What you will do — Using the listing below, please gather every line containing the word "revolve".

Provided data —

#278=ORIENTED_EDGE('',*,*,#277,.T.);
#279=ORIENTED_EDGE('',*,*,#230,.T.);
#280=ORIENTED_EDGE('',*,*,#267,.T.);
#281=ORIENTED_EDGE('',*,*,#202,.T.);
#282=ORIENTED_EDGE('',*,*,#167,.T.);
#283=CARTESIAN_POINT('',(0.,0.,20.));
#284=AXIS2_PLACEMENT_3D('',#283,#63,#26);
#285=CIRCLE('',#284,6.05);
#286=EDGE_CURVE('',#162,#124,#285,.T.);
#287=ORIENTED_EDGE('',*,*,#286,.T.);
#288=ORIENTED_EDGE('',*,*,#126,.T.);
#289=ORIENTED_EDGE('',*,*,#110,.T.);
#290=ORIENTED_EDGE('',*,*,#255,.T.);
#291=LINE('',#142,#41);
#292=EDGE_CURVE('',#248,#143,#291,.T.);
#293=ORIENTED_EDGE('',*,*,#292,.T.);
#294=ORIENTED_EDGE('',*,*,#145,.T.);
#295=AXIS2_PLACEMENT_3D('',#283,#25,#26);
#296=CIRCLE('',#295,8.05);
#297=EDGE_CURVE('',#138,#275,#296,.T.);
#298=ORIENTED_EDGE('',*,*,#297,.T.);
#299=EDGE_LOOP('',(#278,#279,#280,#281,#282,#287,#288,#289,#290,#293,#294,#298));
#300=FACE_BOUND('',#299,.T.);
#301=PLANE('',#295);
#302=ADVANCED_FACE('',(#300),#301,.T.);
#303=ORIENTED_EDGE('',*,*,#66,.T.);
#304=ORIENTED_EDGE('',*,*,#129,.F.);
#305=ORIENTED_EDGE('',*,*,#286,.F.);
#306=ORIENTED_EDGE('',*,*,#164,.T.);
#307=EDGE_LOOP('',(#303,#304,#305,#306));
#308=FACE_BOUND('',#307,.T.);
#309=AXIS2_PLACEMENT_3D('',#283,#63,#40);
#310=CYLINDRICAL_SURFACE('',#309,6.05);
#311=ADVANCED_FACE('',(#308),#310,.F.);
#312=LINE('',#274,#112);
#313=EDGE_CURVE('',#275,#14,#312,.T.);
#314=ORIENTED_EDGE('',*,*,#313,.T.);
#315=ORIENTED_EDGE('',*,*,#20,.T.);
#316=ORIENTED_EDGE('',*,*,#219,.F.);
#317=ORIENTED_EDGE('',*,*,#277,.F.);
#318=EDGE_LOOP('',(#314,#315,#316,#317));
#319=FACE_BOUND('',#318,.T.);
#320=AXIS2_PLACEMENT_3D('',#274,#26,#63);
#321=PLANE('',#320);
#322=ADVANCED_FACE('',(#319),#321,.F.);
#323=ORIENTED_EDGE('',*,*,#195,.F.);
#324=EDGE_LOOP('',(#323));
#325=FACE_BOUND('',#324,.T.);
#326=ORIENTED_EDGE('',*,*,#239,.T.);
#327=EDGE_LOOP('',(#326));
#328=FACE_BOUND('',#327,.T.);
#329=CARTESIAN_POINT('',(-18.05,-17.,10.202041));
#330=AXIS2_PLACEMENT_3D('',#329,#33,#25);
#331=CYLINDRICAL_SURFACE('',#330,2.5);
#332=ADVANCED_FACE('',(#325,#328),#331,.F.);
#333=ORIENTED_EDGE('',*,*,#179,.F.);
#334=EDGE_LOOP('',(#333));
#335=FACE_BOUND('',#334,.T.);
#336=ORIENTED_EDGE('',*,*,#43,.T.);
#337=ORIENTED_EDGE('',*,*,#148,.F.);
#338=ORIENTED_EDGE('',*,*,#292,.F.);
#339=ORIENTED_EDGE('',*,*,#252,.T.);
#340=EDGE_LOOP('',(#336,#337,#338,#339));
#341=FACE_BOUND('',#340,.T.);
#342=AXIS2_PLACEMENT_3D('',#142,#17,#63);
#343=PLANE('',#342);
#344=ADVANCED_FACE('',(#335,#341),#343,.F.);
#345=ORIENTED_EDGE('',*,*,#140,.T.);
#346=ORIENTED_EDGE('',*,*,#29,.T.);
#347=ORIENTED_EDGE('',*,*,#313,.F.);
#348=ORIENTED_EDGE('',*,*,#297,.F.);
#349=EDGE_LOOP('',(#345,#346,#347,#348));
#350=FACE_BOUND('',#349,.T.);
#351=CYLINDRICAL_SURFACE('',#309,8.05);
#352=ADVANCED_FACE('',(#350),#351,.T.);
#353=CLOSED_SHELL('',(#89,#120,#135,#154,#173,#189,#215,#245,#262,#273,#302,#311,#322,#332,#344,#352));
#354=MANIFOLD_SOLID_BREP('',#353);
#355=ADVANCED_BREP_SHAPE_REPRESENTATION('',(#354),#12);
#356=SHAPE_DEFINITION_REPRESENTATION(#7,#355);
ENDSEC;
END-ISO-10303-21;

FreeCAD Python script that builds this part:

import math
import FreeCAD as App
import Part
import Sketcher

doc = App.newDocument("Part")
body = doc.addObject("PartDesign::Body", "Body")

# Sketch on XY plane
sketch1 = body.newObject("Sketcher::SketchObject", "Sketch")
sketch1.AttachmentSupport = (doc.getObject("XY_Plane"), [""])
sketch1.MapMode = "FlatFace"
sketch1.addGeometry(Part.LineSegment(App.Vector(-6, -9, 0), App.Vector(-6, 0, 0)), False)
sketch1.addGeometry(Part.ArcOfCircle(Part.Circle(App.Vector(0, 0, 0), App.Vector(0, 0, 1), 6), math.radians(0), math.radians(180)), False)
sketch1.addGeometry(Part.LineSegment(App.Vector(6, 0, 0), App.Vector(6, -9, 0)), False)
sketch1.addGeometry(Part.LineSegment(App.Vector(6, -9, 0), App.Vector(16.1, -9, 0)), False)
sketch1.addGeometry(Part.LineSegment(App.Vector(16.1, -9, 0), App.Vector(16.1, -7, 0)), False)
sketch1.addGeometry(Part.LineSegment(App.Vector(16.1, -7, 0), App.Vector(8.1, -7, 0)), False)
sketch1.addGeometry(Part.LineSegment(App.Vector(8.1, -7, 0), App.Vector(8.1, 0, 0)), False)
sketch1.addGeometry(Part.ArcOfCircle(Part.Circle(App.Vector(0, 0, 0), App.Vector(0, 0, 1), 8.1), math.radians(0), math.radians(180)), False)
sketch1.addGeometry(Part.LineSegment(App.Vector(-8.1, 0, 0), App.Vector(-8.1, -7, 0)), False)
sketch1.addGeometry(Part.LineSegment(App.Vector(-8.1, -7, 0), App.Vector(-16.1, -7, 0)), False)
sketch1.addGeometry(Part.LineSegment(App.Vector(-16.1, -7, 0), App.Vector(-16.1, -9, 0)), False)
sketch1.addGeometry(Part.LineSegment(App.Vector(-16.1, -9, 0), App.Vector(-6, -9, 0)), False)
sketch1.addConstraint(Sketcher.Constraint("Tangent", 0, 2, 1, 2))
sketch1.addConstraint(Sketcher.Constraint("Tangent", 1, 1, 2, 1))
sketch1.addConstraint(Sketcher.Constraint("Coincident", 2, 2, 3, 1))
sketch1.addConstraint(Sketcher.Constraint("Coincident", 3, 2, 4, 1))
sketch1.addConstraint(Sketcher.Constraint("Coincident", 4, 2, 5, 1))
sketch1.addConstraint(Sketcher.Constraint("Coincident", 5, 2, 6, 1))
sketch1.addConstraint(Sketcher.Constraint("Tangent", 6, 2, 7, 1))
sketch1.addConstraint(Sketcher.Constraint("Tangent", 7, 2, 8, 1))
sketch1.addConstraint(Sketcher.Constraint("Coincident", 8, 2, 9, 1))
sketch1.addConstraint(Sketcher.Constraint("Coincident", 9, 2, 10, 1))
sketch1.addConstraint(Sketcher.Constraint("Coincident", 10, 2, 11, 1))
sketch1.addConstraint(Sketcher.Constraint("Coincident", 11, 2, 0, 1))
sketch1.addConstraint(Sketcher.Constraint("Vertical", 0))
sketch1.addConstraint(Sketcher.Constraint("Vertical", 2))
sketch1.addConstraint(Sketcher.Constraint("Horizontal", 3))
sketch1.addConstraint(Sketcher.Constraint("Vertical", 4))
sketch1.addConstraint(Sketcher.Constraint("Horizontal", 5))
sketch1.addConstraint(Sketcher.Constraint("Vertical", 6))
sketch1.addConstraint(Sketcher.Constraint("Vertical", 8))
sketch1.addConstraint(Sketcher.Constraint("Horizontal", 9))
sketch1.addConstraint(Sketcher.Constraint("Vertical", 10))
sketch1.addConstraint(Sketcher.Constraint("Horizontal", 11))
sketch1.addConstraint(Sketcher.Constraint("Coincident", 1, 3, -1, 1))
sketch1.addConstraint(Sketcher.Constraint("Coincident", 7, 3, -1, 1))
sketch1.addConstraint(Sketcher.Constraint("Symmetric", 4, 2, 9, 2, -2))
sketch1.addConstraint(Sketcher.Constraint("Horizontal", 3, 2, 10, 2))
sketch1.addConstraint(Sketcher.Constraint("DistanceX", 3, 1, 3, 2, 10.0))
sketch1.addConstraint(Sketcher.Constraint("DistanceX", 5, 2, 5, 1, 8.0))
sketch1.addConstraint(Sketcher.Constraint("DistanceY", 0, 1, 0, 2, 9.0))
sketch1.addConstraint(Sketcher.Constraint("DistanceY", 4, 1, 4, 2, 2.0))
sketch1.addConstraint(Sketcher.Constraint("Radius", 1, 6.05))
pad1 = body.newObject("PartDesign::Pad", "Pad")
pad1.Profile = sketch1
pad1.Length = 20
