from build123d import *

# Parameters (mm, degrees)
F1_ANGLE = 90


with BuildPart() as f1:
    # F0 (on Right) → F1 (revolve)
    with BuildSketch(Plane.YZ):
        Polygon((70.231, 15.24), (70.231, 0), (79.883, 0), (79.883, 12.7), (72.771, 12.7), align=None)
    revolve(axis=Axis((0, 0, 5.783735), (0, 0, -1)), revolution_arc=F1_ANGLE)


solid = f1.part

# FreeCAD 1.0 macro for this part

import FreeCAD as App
import Part
import Sketcher

V = App.Vector
Q = App.Units.Quantity

doc = App.newDocument("Part")
params = doc.addObject("Spreadsheet::Sheet", "Params")
for row, (alias, value) in enumerate([
    ("sketch1_height", "0.6 in"),
    ("sketch1_height2", "0.5 in"),
    ("sketch1_width", "0.38 in"),
    ("revolution_angle", "90 deg"),
], start=1):
    params.set(f"A{row}", alias)
    params.set(f"B{row}", "=" + value)
    params.setAlias(f"B{row}", alias)

body = doc.addObject("PartDesign::Body", "Body")

sketch1 = doc.addObject("Sketcher::SketchObject", "Sketch")
body.addObject(sketch1)
sketch1.AttachmentSupport = (doc.YZ_Plane, [""])
sketch1.MapMode = "FlatFace"
sketch1.addGeometry(Part.LineSegment(V(70.2, 15.2, 0), V(70.2, 0, 0)), False)
sketch1.addGeometry(Part.LineSegment(V(70.2, 0, 0), V(79.9, 0, 0)), False)
sketch1.addGeometry(Part.LineSegment(V(79.9, 0, 0), V(79.9, 12.7, 0)), False)
sketch1.addGeometry(Part.LineSegment(V(79.9, 12.7, 0), V(72.8, 12.7, 0)), False)
sketch1.addGeometry(Part.LineSegment(V(72.8, 12.7, 0), V(70.2, 15.2, 0)), False)
sketch1.addConstraint(Sketcher.Constraint("Coincident", 0, 2, 1, 1))
sketch1.addConstraint(Sketcher.Constraint("Coincident", 1, 2, 2, 1))
sketch1.addConstraint(Sketcher.Constraint("Coincident", 2, 2, 3, 1))
sketch1.addConstraint(Sketcher.Constraint("Coincident", 3, 2, 4, 1))
sketch1.addConstraint(Sketcher.Constraint("Coincident", 4, 2, 0, 1))
sketch1.addConstraint(Sketcher.Constraint("Vertical", 0))
sketch1.addConstraint(Sketcher.Constraint("Horizontal", 1))
sketch1.addConstraint(Sketcher.Constraint("Vertical", 2))
sketch1.addConstraint(Sketcher.Constraint("Horizontal", 3))
sketch1.addConstraint(Sketcher.Constraint("PointOnObject", 0, 2, -1))
sketch1.addConstraint(Sketcher.Constraint("DistanceY", 0, 2, 0, 1, Q("0.6 in")))
sketch1.addConstraint(Sketcher.Constraint("DistanceY", 2, 1, 2, 2, Q("0.5 in")))
sketch1.addConstraint(Sketcher.Constraint("Angle", 4, Q("135 deg")))
sketch1.addConstraint(Sketcher.Constraint("DistanceX", 1, 1, 1, 2, Q("0.38 in")))
sketch1.addConstraint(Sketcher.Constraint("DistanceX", -1, 1, 0, 2, Q("2.765 in")))
sketch1.setExpression("Constraints[10]", "Params.sketch1_height")
sketch1.setExpression("Constraints[11]", "Params.sketch1_height2")
sketch1.setExpression("Constraints[13]", "Params.sketch1_width")
revolution = doc.addObject("PartDesign::Revolution", "Revolution")
body.addObject(revolution)
revolution.Profile = sketch1
revolution.ReferenceAxis = (sketch1, ["V_Axis"])
revolution.setExpression("Angle", "Params.revolution_angle")
revolution.Reversed = True

doc.recompute()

Answer for the task —
    # F0 (on Right) → F1 (revolve)
    revolve(axis=Axis((0, 0, 5.783735), (0, 0, -1)), revolution_arc=F1_ANGLE)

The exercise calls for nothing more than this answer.